◆ **WORK INSTRUCTIONS**:
Return only the number of lines in the records below where the string "through" shows up.

◆ **Collected data entries**:
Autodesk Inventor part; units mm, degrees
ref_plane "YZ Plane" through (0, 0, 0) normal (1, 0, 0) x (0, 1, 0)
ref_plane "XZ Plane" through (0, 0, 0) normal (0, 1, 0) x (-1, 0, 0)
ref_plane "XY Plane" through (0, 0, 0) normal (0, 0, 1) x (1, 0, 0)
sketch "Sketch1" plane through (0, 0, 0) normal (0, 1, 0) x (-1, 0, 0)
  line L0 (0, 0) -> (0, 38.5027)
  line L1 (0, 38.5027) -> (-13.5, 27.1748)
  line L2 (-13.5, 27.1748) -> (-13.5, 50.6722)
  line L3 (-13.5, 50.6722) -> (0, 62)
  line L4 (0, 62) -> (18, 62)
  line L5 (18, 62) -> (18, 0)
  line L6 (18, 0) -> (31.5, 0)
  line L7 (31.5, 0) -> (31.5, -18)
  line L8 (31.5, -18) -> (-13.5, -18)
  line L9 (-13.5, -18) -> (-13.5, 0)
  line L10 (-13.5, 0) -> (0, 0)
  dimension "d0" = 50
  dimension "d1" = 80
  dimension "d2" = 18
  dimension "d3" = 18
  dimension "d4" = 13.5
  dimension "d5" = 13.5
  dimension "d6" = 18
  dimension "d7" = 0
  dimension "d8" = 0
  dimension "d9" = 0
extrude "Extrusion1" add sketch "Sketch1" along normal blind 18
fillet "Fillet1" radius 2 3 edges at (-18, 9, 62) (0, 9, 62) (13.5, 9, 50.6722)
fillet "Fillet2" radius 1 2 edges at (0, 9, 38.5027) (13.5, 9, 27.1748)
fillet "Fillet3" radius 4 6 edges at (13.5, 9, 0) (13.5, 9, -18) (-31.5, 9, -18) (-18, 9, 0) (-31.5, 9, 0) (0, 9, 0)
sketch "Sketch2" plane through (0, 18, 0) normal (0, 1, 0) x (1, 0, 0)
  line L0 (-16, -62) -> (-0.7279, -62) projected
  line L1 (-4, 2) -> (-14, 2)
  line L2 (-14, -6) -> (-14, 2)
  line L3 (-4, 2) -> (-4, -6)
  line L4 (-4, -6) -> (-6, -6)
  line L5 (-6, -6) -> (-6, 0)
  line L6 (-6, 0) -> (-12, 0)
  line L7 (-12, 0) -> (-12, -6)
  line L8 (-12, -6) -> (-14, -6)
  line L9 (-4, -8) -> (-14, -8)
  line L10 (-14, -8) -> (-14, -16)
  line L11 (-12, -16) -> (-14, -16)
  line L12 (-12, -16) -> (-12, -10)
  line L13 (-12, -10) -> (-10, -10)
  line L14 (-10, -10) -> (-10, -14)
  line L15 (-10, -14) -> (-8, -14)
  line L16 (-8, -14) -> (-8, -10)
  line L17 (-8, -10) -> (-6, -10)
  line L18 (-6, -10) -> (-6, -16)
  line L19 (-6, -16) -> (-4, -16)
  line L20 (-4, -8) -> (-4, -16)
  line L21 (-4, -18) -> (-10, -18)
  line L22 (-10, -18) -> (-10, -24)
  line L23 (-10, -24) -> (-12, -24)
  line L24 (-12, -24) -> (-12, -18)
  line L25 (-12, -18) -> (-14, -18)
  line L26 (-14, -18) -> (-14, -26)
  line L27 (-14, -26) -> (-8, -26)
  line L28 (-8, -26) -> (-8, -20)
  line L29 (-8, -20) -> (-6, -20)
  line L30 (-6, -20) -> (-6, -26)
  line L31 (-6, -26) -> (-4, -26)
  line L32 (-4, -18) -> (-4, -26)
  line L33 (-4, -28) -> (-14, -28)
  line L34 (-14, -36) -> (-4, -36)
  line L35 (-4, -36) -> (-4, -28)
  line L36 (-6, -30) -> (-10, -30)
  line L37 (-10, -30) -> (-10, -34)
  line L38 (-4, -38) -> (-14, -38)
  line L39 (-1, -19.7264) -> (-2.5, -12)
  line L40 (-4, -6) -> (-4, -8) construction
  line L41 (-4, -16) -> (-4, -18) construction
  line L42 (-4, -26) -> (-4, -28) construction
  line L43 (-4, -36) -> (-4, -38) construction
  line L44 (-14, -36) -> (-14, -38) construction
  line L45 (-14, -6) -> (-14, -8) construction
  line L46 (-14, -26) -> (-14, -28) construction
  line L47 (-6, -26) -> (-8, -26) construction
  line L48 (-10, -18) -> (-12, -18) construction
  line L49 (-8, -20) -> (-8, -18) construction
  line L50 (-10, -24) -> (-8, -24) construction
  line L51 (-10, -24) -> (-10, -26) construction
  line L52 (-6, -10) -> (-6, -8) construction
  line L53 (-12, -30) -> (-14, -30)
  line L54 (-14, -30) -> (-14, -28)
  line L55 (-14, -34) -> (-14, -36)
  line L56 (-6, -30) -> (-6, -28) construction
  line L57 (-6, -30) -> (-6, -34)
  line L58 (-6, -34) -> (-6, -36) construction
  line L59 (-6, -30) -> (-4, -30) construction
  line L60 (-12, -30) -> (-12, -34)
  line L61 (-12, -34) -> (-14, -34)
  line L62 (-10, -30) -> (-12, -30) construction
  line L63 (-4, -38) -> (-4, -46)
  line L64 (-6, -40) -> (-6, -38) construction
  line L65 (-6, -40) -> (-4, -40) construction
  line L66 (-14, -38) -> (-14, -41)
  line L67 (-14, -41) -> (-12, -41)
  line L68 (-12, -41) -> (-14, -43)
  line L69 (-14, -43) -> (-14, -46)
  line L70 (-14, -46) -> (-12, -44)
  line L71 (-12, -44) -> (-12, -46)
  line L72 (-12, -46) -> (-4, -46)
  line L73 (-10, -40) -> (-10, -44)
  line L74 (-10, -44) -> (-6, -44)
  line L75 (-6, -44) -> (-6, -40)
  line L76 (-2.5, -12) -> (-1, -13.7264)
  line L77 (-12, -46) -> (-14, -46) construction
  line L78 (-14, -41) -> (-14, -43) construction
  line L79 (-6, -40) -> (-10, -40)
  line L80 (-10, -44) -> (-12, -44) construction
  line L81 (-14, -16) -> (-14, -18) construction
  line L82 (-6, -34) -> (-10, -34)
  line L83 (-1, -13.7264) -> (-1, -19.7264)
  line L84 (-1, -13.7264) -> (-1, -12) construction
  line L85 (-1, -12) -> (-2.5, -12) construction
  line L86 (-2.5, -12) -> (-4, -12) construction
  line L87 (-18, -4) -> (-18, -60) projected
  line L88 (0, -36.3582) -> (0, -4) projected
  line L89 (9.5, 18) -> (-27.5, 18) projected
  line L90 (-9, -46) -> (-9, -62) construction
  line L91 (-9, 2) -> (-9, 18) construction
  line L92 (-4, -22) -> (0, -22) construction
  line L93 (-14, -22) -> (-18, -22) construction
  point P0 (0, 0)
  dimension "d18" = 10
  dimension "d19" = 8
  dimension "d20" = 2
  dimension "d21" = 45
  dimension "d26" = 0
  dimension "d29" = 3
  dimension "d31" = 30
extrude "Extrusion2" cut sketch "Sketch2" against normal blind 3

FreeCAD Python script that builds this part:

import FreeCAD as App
import Part
import Sketcher
Q = App.Units.Quantity


def edges_at(feature, points):
    """Names of the edges that pass closest to the given points."""
    edges = feature.Shape.Edges
    near = lambda p: min(range(len(edges)), key=lambda i: edges[i].distToShape(Part.Vertex(*p))[0])
    return sorted({f"Edge{near(p) + 1}" for p in points})

doc = App.newDocument("Part")
body = doc.addObject("PartDesign::Body", "Body")

sketch1 = body.newObject("Sketcher::SketchObject", "Sketch")
sketch1.AttachmentSupport = (doc.getObject("XZ_Plane"), [""])
sketch1.MapMode = "FlatFace"
sketch1.addGeometry([
    Part.LineSegment(App.Vector(0, 39, 0), App.Vector(0, 0, 0)),
    Part.LineSegment(App.Vector(0, 0, 0), App.Vector(14, 0, 0)),
    Part.LineSegment(App.Vector(14, 0, 0), App.Vector(14, -18, 0)),
    Part.LineSegment(App.Vector(14, -18, 0), App.Vector(-32, -18, 0)),
    Part.LineSegment(App.Vector(-32, -18, 0), App.Vector(-32, 0, 0)),
    Part.LineSegment(App.Vector(-32, 0, 0), App.Vector(-18, 0, 0)),
    Part.LineSegment(App.Vector(-18, 0, 0), App.Vector(-18, 62, 0)),
    Part.LineSegment(App.Vector(-18, 62, 0), App.Vector(0, 62, 0)),
    Part.LineSegment(App.Vector(0, 62, 0), App.Vector(14, 51, 0)),
    Part.LineSegment(App.Vector(14, 51, 0), App.Vector(14, 27, 0)),
    Part.LineSegment(App.Vector(14, 27, 0), App.Vector(0, 39, 0)),
], False)
sketch1.addConstraint([
    Sketcher.Constraint("Coincident", 0, 2, 1, 1),
    Sketcher.Constraint("Coincident", 1, 2, 2, 1),
    Sketcher.Constraint("Coincident", 2, 2, 3, 1),
    Sketcher.Constraint("Coincident", 3, 2, 4, 1),
    Sketcher.Constraint("Coincident", 4, 2, 5, 1),
    Sketcher.Constraint("Coincident", 5, 2, 6, 1),
    Sketcher.Constraint("Coincident", 6, 2, 7, 1),
    Sketcher.Constraint("Coincident", 7, 2, 8, 1),
    Sketcher.Constraint("Coincident", 8, 2, 9, 1),
    Sketcher.Constraint("Coincident", 9, 2, 10, 1),
    Sketcher.Constraint("Coincident", 10, 2, 0, 1),
    Sketcher.Constraint("Vertical", 0),
    Sketcher.Constraint("Horizontal", 1),
    Sketcher.Constraint("Vertical", 2),
    Sketcher.Constraint("Horizontal", 3),
    Sketcher.Constraint("Vertical", 4),
    Sketcher.Constraint("Horizontal", 5),
    Sketcher.Constraint("Vertical", 6),
    Sketcher.Constraint("Horizontal", 7),
    Sketcher.Constraint("Vertical", 9),
    Sketcher.Constraint("Coincident", 0, 2, -1, 1),
    Sketcher.Constraint("PointOnObject", 4, 2, -1),
    Sketcher.Constraint("PointOnObject", 7, 2, -2),
    Sketcher.Constraint("Parallel", 8, 10),
    Sketcher.Constraint("Vertical", 2, 2, 8, 2),
    Sketcher.Constraint("Equal", 1, 5),
    Sketcher.Constraint("Equal", 7, 2),
    Sketcher.Constraint("DistanceX", 7, 1, 7, 2, Q("18 mm")),
    Sketcher.Constraint("DistanceX", 1, 1, 1, 2, Q("13.5 mm")),
    Sketcher.Constraint("DistanceY", 3, 2, 6, 2, Q("80 mm")),
    Sketcher.Constraint("Angle", 8, Q("-40 deg")),
    Sketcher.Constraint("DistanceY", 0, 2, 0, 1, Q("38.5027 mm")),
])
pad1 = body.newObject("PartDesign::Pad", "Pad")
pad1.Profile = sketch1
pad1.Length = 18
pad1.Reversed = True
doc.recompute()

◆ **YOUR SOLUTION**:
5